SuaraSumsel.id - Meskipun puncak musim hujan di sebagian besar wilayah Indonesia sudah terlewati, Sumatra Selatan masih berada dalam puncak musim hujan di bulan Februari. Badan Meteorologi, Klimatologi, dan Geofisika (BMKG) memprediksi bahwa peningkatan curah hujan di wilayah Sumatra Selatan masih berpotensi hujan.

Musim hujan tersebut disebabkan karena aktivitas Madden Jullian Oscillation (MJO), gelombang Rossby Ekuatorial, dan pola perlambatan, pertemuan, dan belokan angin terbentuk.

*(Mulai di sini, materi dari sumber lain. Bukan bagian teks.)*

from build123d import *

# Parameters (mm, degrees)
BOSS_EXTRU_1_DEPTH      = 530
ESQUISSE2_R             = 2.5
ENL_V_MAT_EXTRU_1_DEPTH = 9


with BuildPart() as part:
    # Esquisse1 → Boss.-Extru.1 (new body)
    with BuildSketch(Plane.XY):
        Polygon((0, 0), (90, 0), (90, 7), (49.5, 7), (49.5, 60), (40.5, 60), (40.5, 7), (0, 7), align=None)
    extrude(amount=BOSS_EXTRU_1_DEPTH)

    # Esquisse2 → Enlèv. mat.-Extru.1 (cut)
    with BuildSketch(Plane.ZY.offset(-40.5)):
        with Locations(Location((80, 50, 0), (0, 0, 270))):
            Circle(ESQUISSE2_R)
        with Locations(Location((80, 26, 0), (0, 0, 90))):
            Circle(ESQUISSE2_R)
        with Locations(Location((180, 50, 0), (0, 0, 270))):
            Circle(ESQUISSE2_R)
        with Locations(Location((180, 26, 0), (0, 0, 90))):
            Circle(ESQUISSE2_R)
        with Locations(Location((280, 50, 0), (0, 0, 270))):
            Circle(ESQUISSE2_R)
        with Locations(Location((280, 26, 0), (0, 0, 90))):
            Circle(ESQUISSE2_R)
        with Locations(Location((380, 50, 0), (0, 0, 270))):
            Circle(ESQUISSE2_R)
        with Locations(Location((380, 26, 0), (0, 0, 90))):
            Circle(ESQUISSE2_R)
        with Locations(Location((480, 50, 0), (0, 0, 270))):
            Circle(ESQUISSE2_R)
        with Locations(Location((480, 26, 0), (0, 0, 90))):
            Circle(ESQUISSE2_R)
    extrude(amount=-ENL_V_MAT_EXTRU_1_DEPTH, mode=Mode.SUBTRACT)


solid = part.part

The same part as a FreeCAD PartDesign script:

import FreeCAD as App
import Part
import Sketcher
from FreeCAD import Vector


def add_polygon(sketch, points):
    """Adds a closed chain of lines whose ends are joined by coincident constraints."""
    first, n = sketch.GeometryCount, len(points)
    for a, b in zip(points, points[1:] + points[:1]):
        sketch.addGeometry(Part.LineSegment(App.Vector(*a, 0), App.Vector(*b, 0)), False)
    for i in range(n):
        sketch.addConstraint(Sketcher.Constraint("Coincident", first + i, 2, first + (i + 1) % n, 1))

doc = App.newDocument("Part")
body = doc.addObject("PartDesign::Body", "Body")

# Sketch on XY plane
sketch1 = doc.addObject("Sketcher::SketchObject", "Sketch")
body.addObject(sketch1)
sketch1.AttachmentSupport = (doc.XY_Plane, [""])
sketch1.MapMode = "FlatFace"
add_polygon(sketch1, [(0, 0), (90, 0), (90, 7), (50, 7), (50, 60), (40, 60), (40, 7), (0, 7)])  # lines 0-7
sketch1.addConstraint([
    Sketcher.Constraint("Horizontal", 0),
    Sketcher.Constraint("Vertical", 1),
    Sketcher.Constraint("Horizontal", 2),
    Sketcher.Constraint("Vertical", 3),
    Sketcher.Constraint("Horizontal", 4),
    Sketcher.Constraint("Vertical", 5),
    Sketcher.Constraint("Horizontal", 6),
    Sketcher.Constraint("Vertical", 7),
    Sketcher.Constraint("Coincident", 7, 2, -1, 1),
    Sketcher.Constraint("Horizontal", 2, 2, 5, 2),
    Sketcher.Constraint("Equal", 2, 6),
    Sketcher.Constraint("DistanceX", 0, 1, 0, 2, 90.0),
    Sketcher.Constraint("DistanceX", 4, 2, 4, 1, 9.0),
    Sketcher.Constraint("DistanceY", 1, 1, 1, 2, 7.0),
    Sketcher.Constraint("DistanceY", 3, 1, 3, 2, 53.0),
])
pad1 = doc.addObject("PartDesign::Pad", "Pad")
body.addObject(pad1)
pad1.Profile = sketch1
pad1.Length = 530

# Sketch on YZ plane
sketch2 = doc.addObject("Sketcher::SketchObject", "Sketch001")
body.addObject(sketch2)
sketch2.AttachmentSupport = (doc.YZ_Plane, [""])
sketch2.MapMode = "FlatFace"
sketch2.AttachmentOffset = App.Placement(Vector(0, 0, 40.5), App.Rotation())
sketch2.addGeometry([
    Part.Circle(Vector(50, 80, 0), Vector(0, 0, 1), 2.5),  # 0
    Part.Circle(Vector(26, 80, 0), Vector(0, 0, 1), 2.5),  # 1
    Part.Circle(Vector(50, 180, 0), Vector(0, 0, 1), 2.5),  # 2
    Part.Circle(Vector(26, 180, 0), Vector(0, 0, 1), 2.5),  # 3
    Part.Circle(Vector(50, 280, 0), Vector(0, 0, 1), 2.5),  # 4
    Part.Circle(Vector(26, 280, 0), Vector(0, 0, 1), 2.5),  # 5
    Part.Circle(Vector(50, 380, 0), Vector(0, 0, 1), 2.5),  # 6
    Part.Circle(Vector(26, 380, 0), Vector(0, 0, 1), 2.5),  # 7
    Part.Circle(Vector(50, 480, 0), Vector(0, 0, 1), 2.5),  # 8
    Part.Circle(Vector(26, 480, 0), Vector(0, 0, 1), 2.5),  # 9
], False)
sketch2.addConstraint([
    Sketcher.Constraint("Equal", 0, 1),
    Sketcher.Constraint("Equal", 1, 2),
    Sketcher.Constraint("Equal", 2, 3),
    Sketcher.Constraint("Equal", 3, 4),
    Sketcher.Constraint("Equal", 4, 5),
    Sketcher.Constraint("Equal", 5, 6),
    Sketcher.Constraint("Equal", 6, 7),
    Sketcher.Constraint("Equal", 7, 8),
    Sketcher.Constraint("Equal", 8, 9),
    Sketcher.Constraint("Horizontal", 0, 3, 1, 3),
    Sketcher.Constraint("Horizontal", 2, 3, 3, 3),
    Sketcher.Constraint("Horizontal", 4, 3, 5, 3),
    Sketcher.Constraint("Horizontal", 6, 3, 7, 3),
    Sketcher.Constraint("Horizontal", 8, 3, 9, 3),
    Sketcher.Constraint("Vertical", 0, 3, 2, 3),
    Sketcher.Constraint("Vertical", 1, 3, 3, 3),
    Sketcher.Constraint("Vertical", 2, 3, 4, 3),
    Sketcher.Constraint("Vertical", 3, 3, 5, 3),
    Sketcher.Constraint("Vertical", 4, 3, 6, 3),
    Sketcher.Constraint("Vertical", 5, 3, 7, 3),
    Sketcher.Constraint("Vertical", 6, 3, 8, 3),
    Sketcher.Constraint("Vertical", 7, 3, 9, 3),
    Sketcher.Constraint("Diameter", 0, 5.0),
    Sketcher.Constraint("DistanceX", -1, 1, 0, 3, 50.0),
    Sketcher.Constraint("DistanceY", -1, 1, 0, 3, 80.0),
    Sketcher.Constraint("DistanceX", -1, 1, 1, 3, 26.0),
    Sketcher.Constraint("DistanceY", -1, 1, 2, 3, 180.0),
    Sketcher.Constraint("DistanceY", -1, 1, 4, 3, 280.0),
    Sketcher.Constraint("DistanceY", -1, 1, 6, 3, 380.0),
    Sketcher.Constraint("DistanceY", -1, 1, 8, 3, 480.0),
])
pocket1 = doc.addObject("PartDesign::Pocket", "Pocket")
body.addObject(pocket1)
pocket1.Profile = sketch2
pocket1.Length = 9
pocket1.Reversed = True

doc.recompute()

Intensitas curah hujan pada kategori ekstrem terjadi di wilayah DKI Jakarta (Kelapa Gading), sedangkan hujan dengan intensitas sangat lebat terjadi di Kalimantan Tengah (Barito Utara), Sulawesi Tenggara (Kendari), dan Papua Tengah (Timika).

BMKG memonitor bahwa kondisi cuaca ekstrem tersebut masih berpotensi hingga tanggal 8 Maret 2024 mendatang. Kondisi tersebut mampu meningkatkan potensi hujan dengan intensitas sedang-lebat yang disertai kilat/angin kencang di wilayah Indonesia, termasuk Sumatra Selatan.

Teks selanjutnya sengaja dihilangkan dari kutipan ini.